# Approx. Speed



## Guest (Oct 1, 2007)

So i built a winch for wakeskating but since i love snowboarding more than anythign in life i wanna be able to snowboard with it. Does anyone know about how fast yu have to go to be able to hit a pretty decent kicker(20-40 ft)? thanks


----------



## rrrtx (Aug 18, 2007)

70mph sounds about right.


----------



## Snowjoe (Jul 3, 2007)

Umm hit that sized kicker at 70mph and your in serious trouble, that'd be way too fast. I dont know actually what speed you'd need, Its just something you get used to.


----------



## boarderaholic (Aug 13, 2007)

There is no one given number to hit a feature in the park. Some people are rediculously good and can walk up to the feature and just hop off of it, some people need some good speed to clear it. Depends on the persons skill, and what you're hitting.


----------



## killclimbz (Aug 10, 2007)

70mph is definitely not needed to clear a kicker. Unless you want to land in the bar...

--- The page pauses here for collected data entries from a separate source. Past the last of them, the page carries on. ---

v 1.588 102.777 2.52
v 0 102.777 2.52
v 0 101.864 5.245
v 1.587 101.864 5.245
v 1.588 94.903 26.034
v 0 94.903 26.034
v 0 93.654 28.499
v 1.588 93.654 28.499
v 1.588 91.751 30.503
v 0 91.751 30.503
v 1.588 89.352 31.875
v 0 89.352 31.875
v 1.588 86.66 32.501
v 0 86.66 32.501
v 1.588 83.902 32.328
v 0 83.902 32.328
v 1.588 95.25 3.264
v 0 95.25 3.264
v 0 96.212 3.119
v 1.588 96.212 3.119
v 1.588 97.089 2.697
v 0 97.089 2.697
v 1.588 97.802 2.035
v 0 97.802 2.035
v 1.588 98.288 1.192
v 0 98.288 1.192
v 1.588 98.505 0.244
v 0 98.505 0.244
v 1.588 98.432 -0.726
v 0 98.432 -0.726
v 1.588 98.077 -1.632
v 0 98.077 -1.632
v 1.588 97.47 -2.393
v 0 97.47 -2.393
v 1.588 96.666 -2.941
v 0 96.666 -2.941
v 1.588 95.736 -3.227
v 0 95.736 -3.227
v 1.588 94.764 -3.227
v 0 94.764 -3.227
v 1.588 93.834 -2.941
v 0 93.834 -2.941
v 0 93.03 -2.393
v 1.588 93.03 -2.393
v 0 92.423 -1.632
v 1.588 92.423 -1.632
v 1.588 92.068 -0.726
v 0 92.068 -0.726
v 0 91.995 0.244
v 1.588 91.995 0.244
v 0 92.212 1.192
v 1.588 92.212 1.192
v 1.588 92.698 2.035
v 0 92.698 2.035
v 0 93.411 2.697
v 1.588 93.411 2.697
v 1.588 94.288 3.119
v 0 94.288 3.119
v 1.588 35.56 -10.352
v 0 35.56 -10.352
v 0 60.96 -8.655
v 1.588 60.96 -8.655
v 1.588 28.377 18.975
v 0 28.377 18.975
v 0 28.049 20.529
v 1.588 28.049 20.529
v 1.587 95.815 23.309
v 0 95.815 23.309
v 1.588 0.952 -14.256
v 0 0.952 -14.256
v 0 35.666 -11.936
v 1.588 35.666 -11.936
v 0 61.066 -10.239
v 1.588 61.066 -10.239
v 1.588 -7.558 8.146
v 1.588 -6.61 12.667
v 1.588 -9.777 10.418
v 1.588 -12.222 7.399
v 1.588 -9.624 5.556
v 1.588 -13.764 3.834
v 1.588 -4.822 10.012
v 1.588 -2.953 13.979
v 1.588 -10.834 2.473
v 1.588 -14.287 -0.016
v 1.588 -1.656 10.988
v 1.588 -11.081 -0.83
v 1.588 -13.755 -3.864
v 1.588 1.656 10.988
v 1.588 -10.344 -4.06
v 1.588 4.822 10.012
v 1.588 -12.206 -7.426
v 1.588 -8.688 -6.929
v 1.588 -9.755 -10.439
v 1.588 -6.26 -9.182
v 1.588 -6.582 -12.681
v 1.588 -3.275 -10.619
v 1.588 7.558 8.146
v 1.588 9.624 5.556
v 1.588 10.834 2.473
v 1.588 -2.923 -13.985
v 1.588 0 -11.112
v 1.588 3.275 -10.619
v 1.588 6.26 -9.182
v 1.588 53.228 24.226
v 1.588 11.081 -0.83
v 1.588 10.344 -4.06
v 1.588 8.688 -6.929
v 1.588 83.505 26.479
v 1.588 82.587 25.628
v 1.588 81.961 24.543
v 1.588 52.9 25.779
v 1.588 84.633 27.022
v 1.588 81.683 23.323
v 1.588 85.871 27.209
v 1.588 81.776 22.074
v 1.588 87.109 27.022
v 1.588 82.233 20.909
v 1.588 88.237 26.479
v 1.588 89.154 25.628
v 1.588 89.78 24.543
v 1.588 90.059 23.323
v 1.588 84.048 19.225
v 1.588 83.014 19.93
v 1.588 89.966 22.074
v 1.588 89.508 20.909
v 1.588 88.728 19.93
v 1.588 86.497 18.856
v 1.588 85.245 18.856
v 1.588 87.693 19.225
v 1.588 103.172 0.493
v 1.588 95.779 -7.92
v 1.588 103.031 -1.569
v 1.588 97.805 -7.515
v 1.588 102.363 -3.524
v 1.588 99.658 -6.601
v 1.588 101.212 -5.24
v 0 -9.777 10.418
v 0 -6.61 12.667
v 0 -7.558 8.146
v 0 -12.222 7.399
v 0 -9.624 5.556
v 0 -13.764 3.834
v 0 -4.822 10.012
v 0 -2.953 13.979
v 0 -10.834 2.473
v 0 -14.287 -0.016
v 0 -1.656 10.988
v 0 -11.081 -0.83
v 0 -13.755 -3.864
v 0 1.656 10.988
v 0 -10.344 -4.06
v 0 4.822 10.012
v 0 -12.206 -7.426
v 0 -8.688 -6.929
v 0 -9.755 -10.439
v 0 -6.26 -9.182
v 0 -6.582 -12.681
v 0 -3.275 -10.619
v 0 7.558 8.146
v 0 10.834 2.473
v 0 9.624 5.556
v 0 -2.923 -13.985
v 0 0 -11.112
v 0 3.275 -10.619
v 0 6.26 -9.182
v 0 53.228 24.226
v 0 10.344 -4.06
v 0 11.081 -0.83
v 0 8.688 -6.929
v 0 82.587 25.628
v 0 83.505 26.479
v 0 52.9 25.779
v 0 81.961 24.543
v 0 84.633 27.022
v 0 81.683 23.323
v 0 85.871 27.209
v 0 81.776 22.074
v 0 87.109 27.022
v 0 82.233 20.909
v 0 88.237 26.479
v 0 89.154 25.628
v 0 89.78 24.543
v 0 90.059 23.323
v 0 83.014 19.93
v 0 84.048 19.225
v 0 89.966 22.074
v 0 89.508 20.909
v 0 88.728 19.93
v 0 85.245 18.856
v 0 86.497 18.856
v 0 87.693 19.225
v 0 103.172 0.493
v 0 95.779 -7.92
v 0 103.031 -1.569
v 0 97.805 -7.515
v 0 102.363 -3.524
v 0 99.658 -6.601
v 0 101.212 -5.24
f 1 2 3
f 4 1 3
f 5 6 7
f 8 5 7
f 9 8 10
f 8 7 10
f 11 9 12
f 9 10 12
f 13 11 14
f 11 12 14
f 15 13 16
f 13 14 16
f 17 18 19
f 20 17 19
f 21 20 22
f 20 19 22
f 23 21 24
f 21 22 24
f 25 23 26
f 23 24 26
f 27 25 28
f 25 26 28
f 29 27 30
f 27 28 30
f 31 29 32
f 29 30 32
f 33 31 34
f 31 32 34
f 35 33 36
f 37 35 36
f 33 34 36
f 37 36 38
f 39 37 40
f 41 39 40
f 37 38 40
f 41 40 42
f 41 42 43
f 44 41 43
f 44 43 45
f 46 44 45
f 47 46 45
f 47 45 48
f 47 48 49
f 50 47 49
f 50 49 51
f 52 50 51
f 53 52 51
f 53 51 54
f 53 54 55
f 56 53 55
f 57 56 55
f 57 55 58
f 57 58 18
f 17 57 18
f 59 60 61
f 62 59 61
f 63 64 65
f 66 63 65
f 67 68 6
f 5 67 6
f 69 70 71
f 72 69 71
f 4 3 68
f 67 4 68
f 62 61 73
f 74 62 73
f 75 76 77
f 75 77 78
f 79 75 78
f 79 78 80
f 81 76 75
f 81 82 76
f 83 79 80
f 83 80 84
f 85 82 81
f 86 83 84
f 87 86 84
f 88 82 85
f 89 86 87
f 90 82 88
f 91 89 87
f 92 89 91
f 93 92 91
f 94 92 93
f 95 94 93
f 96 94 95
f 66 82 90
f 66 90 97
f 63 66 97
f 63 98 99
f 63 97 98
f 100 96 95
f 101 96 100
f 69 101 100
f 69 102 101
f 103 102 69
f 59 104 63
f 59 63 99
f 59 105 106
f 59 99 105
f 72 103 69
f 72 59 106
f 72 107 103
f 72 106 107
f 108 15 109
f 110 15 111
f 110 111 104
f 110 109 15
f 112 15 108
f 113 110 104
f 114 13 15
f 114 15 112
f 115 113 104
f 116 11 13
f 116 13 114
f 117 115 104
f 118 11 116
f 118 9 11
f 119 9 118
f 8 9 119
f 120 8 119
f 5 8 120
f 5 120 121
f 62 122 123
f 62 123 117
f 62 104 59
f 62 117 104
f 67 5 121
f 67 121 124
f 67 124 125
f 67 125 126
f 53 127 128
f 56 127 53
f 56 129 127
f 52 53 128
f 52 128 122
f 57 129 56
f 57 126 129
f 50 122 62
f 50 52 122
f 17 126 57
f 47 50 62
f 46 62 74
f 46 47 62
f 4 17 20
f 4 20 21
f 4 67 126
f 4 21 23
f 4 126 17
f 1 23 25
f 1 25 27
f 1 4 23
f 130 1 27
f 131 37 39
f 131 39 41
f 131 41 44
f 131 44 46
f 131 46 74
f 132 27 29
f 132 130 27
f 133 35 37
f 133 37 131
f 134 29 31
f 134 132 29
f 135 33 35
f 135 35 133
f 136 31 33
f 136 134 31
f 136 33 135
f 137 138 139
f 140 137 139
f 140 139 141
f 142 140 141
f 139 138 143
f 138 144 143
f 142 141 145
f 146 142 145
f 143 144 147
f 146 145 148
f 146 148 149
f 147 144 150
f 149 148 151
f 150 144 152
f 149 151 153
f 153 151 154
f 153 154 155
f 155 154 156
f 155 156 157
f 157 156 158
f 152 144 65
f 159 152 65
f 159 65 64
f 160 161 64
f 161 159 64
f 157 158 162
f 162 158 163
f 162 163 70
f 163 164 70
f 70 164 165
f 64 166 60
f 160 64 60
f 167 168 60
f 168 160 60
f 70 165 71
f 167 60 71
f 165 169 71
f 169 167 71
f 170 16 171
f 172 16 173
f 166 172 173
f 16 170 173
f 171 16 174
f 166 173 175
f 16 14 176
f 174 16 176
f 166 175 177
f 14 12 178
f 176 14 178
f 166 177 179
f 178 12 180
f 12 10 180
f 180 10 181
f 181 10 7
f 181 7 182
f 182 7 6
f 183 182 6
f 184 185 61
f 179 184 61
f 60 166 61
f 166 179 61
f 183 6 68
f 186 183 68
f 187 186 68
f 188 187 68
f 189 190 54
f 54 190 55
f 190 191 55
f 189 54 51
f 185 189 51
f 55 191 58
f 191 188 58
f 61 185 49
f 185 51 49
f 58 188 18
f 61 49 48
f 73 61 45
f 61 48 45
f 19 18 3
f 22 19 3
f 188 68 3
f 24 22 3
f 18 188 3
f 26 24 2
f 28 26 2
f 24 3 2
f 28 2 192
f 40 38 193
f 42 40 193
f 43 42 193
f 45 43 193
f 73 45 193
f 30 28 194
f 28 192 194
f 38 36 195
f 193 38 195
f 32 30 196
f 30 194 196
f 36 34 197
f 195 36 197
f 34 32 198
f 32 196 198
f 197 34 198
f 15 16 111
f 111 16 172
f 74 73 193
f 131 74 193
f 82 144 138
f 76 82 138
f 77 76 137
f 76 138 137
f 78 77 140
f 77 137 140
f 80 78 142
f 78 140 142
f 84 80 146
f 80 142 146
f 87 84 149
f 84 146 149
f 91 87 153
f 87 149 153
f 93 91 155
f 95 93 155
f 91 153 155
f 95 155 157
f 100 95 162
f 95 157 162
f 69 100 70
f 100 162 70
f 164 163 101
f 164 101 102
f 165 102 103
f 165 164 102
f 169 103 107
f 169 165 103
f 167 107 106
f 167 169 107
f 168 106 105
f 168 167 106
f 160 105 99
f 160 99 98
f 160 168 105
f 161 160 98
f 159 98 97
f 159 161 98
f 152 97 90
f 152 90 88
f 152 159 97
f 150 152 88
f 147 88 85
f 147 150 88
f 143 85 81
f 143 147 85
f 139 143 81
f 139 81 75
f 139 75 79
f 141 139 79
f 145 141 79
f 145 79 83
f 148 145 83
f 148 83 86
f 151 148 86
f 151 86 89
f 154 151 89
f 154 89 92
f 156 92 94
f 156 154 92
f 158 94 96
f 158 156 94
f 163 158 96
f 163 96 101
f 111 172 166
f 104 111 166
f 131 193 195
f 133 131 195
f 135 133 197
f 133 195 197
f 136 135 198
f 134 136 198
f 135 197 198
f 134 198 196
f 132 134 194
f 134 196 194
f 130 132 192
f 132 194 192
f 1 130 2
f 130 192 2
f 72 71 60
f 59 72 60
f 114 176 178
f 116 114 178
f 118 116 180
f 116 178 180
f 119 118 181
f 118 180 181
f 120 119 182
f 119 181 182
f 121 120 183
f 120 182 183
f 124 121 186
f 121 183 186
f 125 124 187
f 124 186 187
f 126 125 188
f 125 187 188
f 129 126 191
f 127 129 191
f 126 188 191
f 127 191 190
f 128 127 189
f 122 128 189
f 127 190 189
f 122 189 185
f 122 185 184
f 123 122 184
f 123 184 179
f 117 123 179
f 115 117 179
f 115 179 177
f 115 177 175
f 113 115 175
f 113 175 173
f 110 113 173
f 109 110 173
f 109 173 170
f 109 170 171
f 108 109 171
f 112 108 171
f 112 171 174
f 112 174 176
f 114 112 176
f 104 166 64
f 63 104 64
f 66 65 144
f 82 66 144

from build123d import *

# Parameters (mm, degrees)
SKETCH1_R               = 11.1125
BOSS_EXTRUDE1_DEPTH     = 1.5875
F_1_4_CLEARANCE_HOLE1_D = 6.5278
M8_CLEARANCE_HOLE1_D    = 8.4
BOSS_EXTRUDE2_DEPTH     = 1.5875


with BuildPart() as part:
    # Sketch1 → Boss-Extrude1 (new body)
    with BuildSketch(Plane(origin=(0, 0, 0), x_dir=(0, 0, -1), z_dir=(1, 0, 0))):
        with BuildLine():
            ThreePointArc((-26.033578217, 94.902839555), (-31.276267612, 90.601358567), (-32.328311992, 83.901975506))
            Line((-32.328311992, 83.901975506), (-25.778737426, 52.900096757))
            Line((-25.778737426, 52.900096757), (-24.225520946, 53.228235166))
            Line((-24.225520946, 53.228235166), (-18.975306409, 28.37677148))
            Line((-18.975306409, 28.37677148), (-20.528522889, 28.048633072))
            Line((-20.528522889, 28.048633072), (-13.978948323, -2.953245677))
            ThreePointArc((-13.978948323, -2.953245677), (1.957769706, -14.152730974), (14.255714644, 0.9525))
            Line((14.255714644, 0.9525), (11.936332499, 35.665833333))
            Line((11.936332499, 35.665833333), (10.352364205, 35.56))
            Line((10.352364205, 35.56), (8.655255319, 60.96))
            Line((8.655255319, 60.96), (10.239223613, 61.065833333))
            Line((10.239223613, 61.065833333), (7.919841469, 95.779166667))
            ThreePointArc((7.919841469, 95.779166667), (4.41923637, 101.843501055), (-2.520470923, 102.776694665))
            Line((-2.520470923, 102.776694665), (-5.244990973, 101.864332217))
            Line((-5.244990973, 101.864332217), (-4.740896788, 100.358993285))
            Line((-4.740896788, 100.358993285), (-22.804963983, 94.309863069))
            Line((-22.804963983, 94.309863069), (-23.309058168, 95.815202002))
            Line((-23.309058168, 95.815202002), (-26.033578217, 94.902839555))
        make_face()
        Circle(SKETCH1_R, mode=Mode.SUBTRACT)
    extrude(amount=BOSS_EXTRUDE1_DEPTH)

    # 1/4 Clearance Hole1 (through all)
    with Locations(Plane(origin=(1.5875, 0, 0), x_dir=(0, 0, -1), z_dir=(1, 0, 0))):
        with Locations((0, 95.25)):
            Hole(F_1_4_CLEARANCE_HOLE1_D / 2)

    # M8 Clearance Hole1 (through all)
    with Locations(Plane(origin=(1.5875, 0, 0), x_dir=(0, 0, -1), z_dir=(1, 0, 0))):
        with Locations((-23.00901311, 85.870805957)):
            Hole(M8_CLEARANCE_HOLE1_D / 2)

    # Sketch1<3> → Boss-Extrude2 (add)
    with BuildSketch(Plane(origin=(0, 0, 0), x_dir=(0, 0, -1), z_dir=(1, 0, 0))):
        Polygon((-5.244990973, 101.864332217), (-23.309058168, 95.815202002), (-22.804963983, 94.309863069), (-4.740896788, 100.358993285), align=None)
    extrude(amount=BOSS_EXTRUDE2_DEPTH)


solid = part.part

Not sure on the speeds, you're moving but definitely not going balls out.


----------



## Dcp584 (Sep 10, 2007)

rrrtx said:


> 70mph sounds about right.


What are you smokin. You are out freakin mind. 70pmh!!!! maybe if you want to clear the whole park and break both your legs and other misc objects.


----------



## rrrtx (Aug 18, 2007)

joking about the 70mph just ment its unclear how fast you should go... its all feel. Thats why even pros will ride up to the tip and scope it out before deciding how to hit it.


----------



## Guest (Oct 2, 2007)

whats a ball park range 20 -30 mph?


----------



## Guest (Oct 2, 2007)

^about that, jsut watch people run up to it, or ride to the side of them (far enough away, duh, at least 20 feet away) to get a feel for how fast you should go.


----------



## killclimbz (Aug 10, 2007)

I think you have to ride fast enough to break the space time continuum therebye creating a wormhole that lands you safely on the other side of the jump. I could be wrong though...



*In otherwords, no idea*


----------



## boarderaholic (Aug 13, 2007)

Bah. Don't think about it in numbers. It'll make your life ALOT harder. Just do some practice runs NEXT (and I emphasize NEXT) to the feature, to get an idea, and watch other riders who've been hitting the feature multiple times already. Seriously, thinking about it in numbers is gonna fuck around with your head, and make it harder to hit the features with confidence.


----------



## Dcp584 (Sep 10, 2007)

killclimbz said:


> I think you have to ride fast enough to break the space time continuum therebye creating a wormhole that lands you safely on the other side of the jump. I could be wrong though...
> 
> 
> 
> *In otherwords, no idea*


I like this response the best.:laugh: :laugh:


----------



## alaric (Aug 28, 2007)

killclimbz said:


> I think you have to ride fast enough to break the space time continuum therebye creating a wormhole that lands you safely on the other side of the jump. I could be wrong though...
> 
> 
> 
> *In otherwords, no idea*




:laugh: You sure about that KC? I thought the wormhole landed you safely in the bar?


----------



## rrrtx (Aug 18, 2007)

if you got to know the #'s i guess you could take a radar speed gun and see how fast other people are going....


----------



## Guest (Oct 8, 2007)

Honestly, who the hell gives a shit about your actual speed. Your overthinking this hardcore,man. Just ride at the jump with a speed that you feel comfortable with and that you know will allow you to clear it. After that, just adjust your speed based on the FEEL not the the numbers.


----------



## X1n54n3x (Sep 28, 2007)

if youre asking specific speeds i dont think youre ready for a kicker that big. its all feel/experience and everyone should scope out features...


----------



## Guest (Oct 15, 2007)

You have to test it first..
Try going slower at the beginning and ajusting after..
-..Alex..-


----------



## boarderaholic (Aug 13, 2007)

elbarto said:


> You have to test it first..
> Try going slower at the beginning and ajusting after..
> -..Alex..-


That's not the smartest thing to do sometimes...not having enough momentum to complete the feature can have disastrous consequences sometimes.


----------



## Guest (Oct 15, 2007)

boarderaholic said:


> That's not the smartest thing to do sometimes...not having enough momentum to complete the feature can have disastrous consequences sometimes.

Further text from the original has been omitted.